A língua de Brobdingnag é descrita como sendo de um caráter distintamente diferente da de Lilliput. Todos os outros animais e plantas, e até características naturais como rios e até granizo, são proporcionais. Os ratos são do tamanho de mastins, com caudas de "dois metros de comprimento”. Enquanto os mastins são iguais em massa a quatro elefantes. Gulliver descreve moscas "do tamanho de uma cotovia de Dunstable, e vespas do tamanho de perdizes, com picadas "de uma polegada e meia de comprimento e afiadas como agulhas". Isso também significa que o país é muito mais perigoso para pessoas de tamanho humano normal, como evidenciado por Gulliver.

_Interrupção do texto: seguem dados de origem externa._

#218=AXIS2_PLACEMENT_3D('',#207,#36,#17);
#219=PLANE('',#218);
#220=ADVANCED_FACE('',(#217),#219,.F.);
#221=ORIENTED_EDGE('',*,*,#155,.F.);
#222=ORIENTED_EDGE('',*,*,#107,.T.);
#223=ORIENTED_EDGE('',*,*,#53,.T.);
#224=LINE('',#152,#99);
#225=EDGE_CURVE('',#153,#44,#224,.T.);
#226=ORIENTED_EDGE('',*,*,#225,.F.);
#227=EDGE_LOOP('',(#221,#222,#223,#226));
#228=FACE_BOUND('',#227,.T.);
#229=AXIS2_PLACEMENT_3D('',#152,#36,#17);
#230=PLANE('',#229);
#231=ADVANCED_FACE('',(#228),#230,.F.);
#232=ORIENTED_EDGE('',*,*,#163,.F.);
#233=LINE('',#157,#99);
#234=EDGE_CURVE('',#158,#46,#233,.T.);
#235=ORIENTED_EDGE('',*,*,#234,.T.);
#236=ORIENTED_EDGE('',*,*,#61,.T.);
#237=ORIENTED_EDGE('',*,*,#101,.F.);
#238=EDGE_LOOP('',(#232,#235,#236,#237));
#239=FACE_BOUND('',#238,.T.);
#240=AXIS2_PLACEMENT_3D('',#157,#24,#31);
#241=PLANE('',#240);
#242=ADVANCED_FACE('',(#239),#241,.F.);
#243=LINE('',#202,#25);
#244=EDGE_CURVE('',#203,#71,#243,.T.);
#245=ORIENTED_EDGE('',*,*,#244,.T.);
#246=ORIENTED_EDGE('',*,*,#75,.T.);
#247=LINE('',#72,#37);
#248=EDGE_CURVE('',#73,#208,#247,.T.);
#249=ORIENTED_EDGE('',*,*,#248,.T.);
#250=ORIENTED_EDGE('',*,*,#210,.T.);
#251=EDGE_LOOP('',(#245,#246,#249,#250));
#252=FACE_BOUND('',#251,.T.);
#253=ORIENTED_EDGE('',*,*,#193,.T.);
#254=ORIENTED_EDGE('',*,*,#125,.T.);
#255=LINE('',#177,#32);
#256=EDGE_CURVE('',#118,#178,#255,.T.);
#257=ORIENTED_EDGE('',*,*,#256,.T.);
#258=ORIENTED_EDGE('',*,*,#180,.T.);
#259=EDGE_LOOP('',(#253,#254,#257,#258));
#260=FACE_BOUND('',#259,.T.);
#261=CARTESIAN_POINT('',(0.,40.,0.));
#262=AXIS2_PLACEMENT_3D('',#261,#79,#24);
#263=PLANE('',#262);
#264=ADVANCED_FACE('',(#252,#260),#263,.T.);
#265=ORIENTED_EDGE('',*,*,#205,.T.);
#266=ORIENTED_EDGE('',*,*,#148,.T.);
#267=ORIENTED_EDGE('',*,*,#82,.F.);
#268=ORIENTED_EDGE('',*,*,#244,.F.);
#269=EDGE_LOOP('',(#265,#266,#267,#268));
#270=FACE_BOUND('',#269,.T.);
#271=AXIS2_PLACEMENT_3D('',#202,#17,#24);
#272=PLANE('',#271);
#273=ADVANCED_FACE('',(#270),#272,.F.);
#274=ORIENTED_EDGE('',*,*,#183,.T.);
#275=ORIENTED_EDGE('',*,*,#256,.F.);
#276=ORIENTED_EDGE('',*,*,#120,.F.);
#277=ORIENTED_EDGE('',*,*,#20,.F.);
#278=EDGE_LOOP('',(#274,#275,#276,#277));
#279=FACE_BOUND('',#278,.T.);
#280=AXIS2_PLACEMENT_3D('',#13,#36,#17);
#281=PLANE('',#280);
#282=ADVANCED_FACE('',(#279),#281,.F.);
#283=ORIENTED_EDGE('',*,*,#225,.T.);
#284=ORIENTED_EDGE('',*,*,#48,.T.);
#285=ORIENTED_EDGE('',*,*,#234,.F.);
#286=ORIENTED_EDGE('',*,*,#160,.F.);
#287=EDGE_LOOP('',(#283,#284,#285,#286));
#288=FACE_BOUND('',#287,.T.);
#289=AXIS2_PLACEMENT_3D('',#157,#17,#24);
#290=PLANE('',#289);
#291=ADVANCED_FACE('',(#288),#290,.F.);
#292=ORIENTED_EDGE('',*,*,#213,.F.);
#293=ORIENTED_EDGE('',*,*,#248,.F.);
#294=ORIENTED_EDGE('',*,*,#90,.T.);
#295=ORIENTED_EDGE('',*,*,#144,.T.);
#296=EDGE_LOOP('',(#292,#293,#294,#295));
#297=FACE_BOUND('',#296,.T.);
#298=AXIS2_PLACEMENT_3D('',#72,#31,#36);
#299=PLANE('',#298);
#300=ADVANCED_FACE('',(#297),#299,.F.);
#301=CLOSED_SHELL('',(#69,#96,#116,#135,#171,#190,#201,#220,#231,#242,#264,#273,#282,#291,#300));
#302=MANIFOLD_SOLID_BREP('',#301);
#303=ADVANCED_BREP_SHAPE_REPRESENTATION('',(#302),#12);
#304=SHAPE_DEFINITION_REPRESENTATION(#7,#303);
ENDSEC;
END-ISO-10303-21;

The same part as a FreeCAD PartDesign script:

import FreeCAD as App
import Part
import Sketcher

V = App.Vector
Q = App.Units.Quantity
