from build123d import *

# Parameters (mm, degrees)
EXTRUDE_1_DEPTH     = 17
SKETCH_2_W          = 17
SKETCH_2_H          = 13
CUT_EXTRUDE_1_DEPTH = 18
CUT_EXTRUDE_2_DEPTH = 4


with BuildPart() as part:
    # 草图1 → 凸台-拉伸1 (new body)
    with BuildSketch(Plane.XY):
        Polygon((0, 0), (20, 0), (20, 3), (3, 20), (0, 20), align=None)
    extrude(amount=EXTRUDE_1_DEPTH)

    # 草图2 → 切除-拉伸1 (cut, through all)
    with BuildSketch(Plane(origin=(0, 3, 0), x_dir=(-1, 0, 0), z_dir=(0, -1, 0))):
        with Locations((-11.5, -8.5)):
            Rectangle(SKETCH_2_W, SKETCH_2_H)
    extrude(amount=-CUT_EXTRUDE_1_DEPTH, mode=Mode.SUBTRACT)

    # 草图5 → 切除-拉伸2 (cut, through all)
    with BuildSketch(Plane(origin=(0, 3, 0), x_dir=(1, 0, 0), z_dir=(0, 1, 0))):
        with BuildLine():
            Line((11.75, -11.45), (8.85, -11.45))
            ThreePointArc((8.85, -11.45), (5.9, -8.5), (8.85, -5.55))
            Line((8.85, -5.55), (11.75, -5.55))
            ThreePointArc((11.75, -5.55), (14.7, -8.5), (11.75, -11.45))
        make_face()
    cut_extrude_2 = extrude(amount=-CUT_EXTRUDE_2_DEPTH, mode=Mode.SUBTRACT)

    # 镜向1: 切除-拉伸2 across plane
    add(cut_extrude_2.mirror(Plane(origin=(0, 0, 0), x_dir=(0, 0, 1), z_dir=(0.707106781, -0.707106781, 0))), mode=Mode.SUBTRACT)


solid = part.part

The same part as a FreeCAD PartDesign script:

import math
import FreeCAD as App
import Part
import Sketcher
from FreeCAD import Vector

doc = App.newDocument("Part")
body = doc.addObject("PartDesign::Body", "Body")

# Sketch on XY plane
sketch1 = body.newObject("Sketcher::SketchObject", "Sketch")
sketch1.AttachmentSupport = (doc.getObject("XY_Plane"), [""])
sketch1.MapMode = "FlatFace"
sketch1.addGeometry(Part.LineSegment(Vector(0, 0, 0), Vector(20, 0, 0)), False)
sketch1.addGeometry(Part.LineSegment(Vector(20, 0, 0), Vector(20, 3, 0)), False)
sketch1.addGeometry(Part.LineSegment(Vector(20, 3, 0), Vector(3, 20, 0)), False)
sketch1.addGeometry(Part.LineSegment(Vector(3, 20, 0), Vector(0, 20, 0)), False)
sketch1.addGeometry(Part.LineSegment(Vector(0, 20, 0), Vector(0, 0, 0)), False)
sketch1.addConstraint(Sketcher.Constraint("Coincident", 0, 2, 1, 1))
sketch1.addConstraint(Sketcher.Constraint("Coincident", 1, 2, 2, 1))
sketch1.addConstraint(Sketcher.Constraint("Coincident", 2, 2, 3, 1))
sketch1.addConstraint(Sketcher.Constraint("Coincident", 3, 2, 4, 1))
sketch1.addConstraint(Sketcher.Constraint("Coincident", 4, 2, 0, 1))
sketch1.addConstraint(Sketcher.Constraint("Horizontal", 0))
sketch1.addConstraint(Sketcher.Constraint("Vertical", 1))
sketch1.addConstraint(Sketcher.Constraint("Horizontal", 3))
sketch1.addConstraint(Sketcher.Constraint("Vertical", 4))
sketch1.addConstraint(Sketcher.Constraint("Coincident", 4, 2, -1, 1))
sketch1.addConstraint(Sketcher.Constraint("Equal", 3, 1))
sketch1.addConstraint(Sketcher.Constraint("Equal", 0, 4))
sketch1.addConstraint(Sketcher.Constraint("DistanceX", 0, 1, 0, 2, 20.0))
sketch1.addConstraint(Sketcher.Constraint("DistanceX", 3, 2, 3, 1, 3.0))
pad1 = body.newObject("PartDesign::Pad", "Pad")
pad1.Profile = sketch1
pad1.Length = 17

# Sketch on XZ plane
sketch2 = body.newObject("Sketcher::SketchObject", "Sketch001")
sketch2.AttachmentSupport = (doc.getObject("XZ_Plane"), [""])
sketch2.MapMode = "FlatFace"
sketch2.AttachmentOffset = App.Placement(Vector(0, 0, -3), App.Rotation())
sketch2.addGeometry(Part.LineSegment(Vector(20, 2, 0), Vector(20, 15, 0)), False)
sketch2.addGeometry(Part.LineSegment(Vector(20, 15, 0), Vector(3, 15, 0)), False)
sketch2.addGeometry(Part.LineSegment(Vector(3, 15, 0), Vector(3, 2, 0)), False)
sketch2.addGeometry(Part.LineSegment(Vector(3, 2, 0), Vector(20, 2, 0)), False)
sketch2.addConstraint(Sketcher.Constraint("Coincident", 0, 2, 1, 1))
sketch2.addConstraint(Sketcher.Constraint("Coincident", 1, 2, 2, 1))
sketch2.addConstraint(Sketcher.Constraint("Coincident", 2, 2, 3, 1))
sketch2.addConstraint(Sketcher.Constraint("Coincident", 3, 2, 0, 1))
sketch2.addConstraint(Sketcher.Constraint("Vertical", 0))
sketch2.addConstraint(Sketcher.Constraint("Horizontal", 1))
sketch2.addConstraint(Sketcher.Constraint("Vertical", 2))
sketch2.addConstraint(Sketcher.Constraint("Horizontal", 3))
sketch2.addConstraint(Sketcher.Constraint("DistanceX", 1, 2, 1, 1, 17.0))
sketch2.addConstraint(Sketcher.Constraint("DistanceY", 0, 1, 0, 2, 13.0))
sketch2.addConstraint(Sketcher.Constraint("DistanceX", -1, 1, 0, 2, 20.0))
sketch2.addConstraint(Sketcher.Constraint("DistanceY", -1, 1, 0, 2, 15.0))
pocket1 = body.newObject("PartDesign::Pocket", "Pocket")
pocket1.Profile = sketch2
pocket1.Type = "ThroughAll"

# Sketch on XZ plane
sketch3 = body.newObject("Sketcher::SketchObject", "Sketch002")
sketch3.AttachmentSupport = (doc.getObject("XZ_Plane"), [""])
sketch3.MapMode = "FlatFace"
sketch3.AttachmentOffset = App.Placement(Vector(0, 0, -3), App.Rotation())
sketch3.addGeometry(Part.LineSegment(Vector(8.8, 11.4, 0), Vector(11.8, 11.4, 0)), False)
sketch3.addGeometry(Part.ArcOfCircle(Part.Circle(Vector(11.8, 8.5, 0), Vector(0, 0, 1), 3), math.radians(-90), math.radians(90)), False)
sketch3.addGeometry(Part.LineSegment(Vector(11.8, 5.5, 0), Vector(8.8, 5.5, 0)), False)
sketch3.addGeometry(Part.ArcOfCircle(Part.Circle(Vector(8.8, 8.5, 0), Vector(0, 0, 1), 3), math.radians(90), math.radians(270)), False)
sketch3.addConstraint(Sketcher.Constraint("Tangent", 0, 2, 1, 2))
sketch3.addConstraint(Sketcher.Constraint("Tangent", 1, 1, 2, 1))
sketch3.addConstraint(Sketcher.Constraint("Tangent", 2, 2, 3, 2))
sketch3.addConstraint(Sketcher.Constraint("Tangent", 3, 1, 0, 1))
sketch3.addConstraint(Sketcher.Constraint("Horizontal", 0))
sketch3.addConstraint(Sketcher.Constraint("Horizontal", 2))
sketch3.addConstraint(Sketcher.Constraint("Radius", 1, 2.95))
sketch3.addConstraint(Sketcher.Constraint("DistanceX", 0, 1, 0, 2, 2.9))
sketch3.addConstraint(Sketcher.Constraint("DistanceY", -1, 1, 1, 3, 8.5))
sketch3.addConstraint(Sketcher.Constraint("DistanceX", -1, 1, 1, 3, 11.75))
pocket2 = body.newObject("PartDesign::Pocket", "Pocket001")
pocket2.Profile = sketch3
pocket2.Type = "ThroughAll"
pocket2.Reversed = True
doc.recompute()

datumplane = body.newObject("PartDesign::Plane", "DatumPlane")
datumplane.Placement = App.Placement(Vector(0, 0, 0), App.Rotation(Vector(-0.707106781, -0.707106781, 0), Vector(0, 0, -1), Vector(0.707106781, -0.707106781, 0), "ZXY"))
mirrored = body.newObject("PartDesign::Mirrored", "Mirrored")
mirrored.Originals = [pocket2]
mirrored.MirrorPlane = (datumplane, [""])
body.Tip = mirrored

doc.recompute()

Os struldbrug são os habitantes da nação de Luggnagg, em que os irmãos durões, aparentemente  normais, não morrem, mas continuam a envelhecer. Swift, no entanto, descreve o mal da imortalidade sem a eterna juventude. O termo struldbrug tem sido usado na ficção científica, mais prolificamente por Larry Niven e Robert Silverberg, para descrever centenários como Matusalém. Os struldbrug são facilmente reconhecidos por um ponto vermelho acima da sobrancelha esquerda. Eles são normais até atingirem a idade de oitenta anos. A partir dessa idade são desalmados, isto é, ao atingirem os oitenta anos, para todos os efeitos civis, é como se morressem. Legalmente mortos, e passam a sofrer de doenças, incluindo a perda da visão e a perda de cabelo. Aos oitenta anos, são vistos como mortos na lei. Os seus herdeiros imediatamente lhe sucedem na posse das propriedades; apenas uma pequena ninharia é reservada para o seu sustento; e os pobres são mantidos à custa da comunidade. Após esse período, são mantidos incapazes de qualquer trabalho de confiança ou responsabilidade; não podem comprar terras ou fazer arrendamentos; nem podem ser testemunhas em tribunal; Como consequência necessária da velhice, esses imortais são avarentos. Logo, se tornariam proprietários de toda a nação e absorveriam todo o poder, se lhes fosse mantida a liberdade  e os antigos direitos civis. Tudo ficaria arruinado, e todos acabariam na miséria.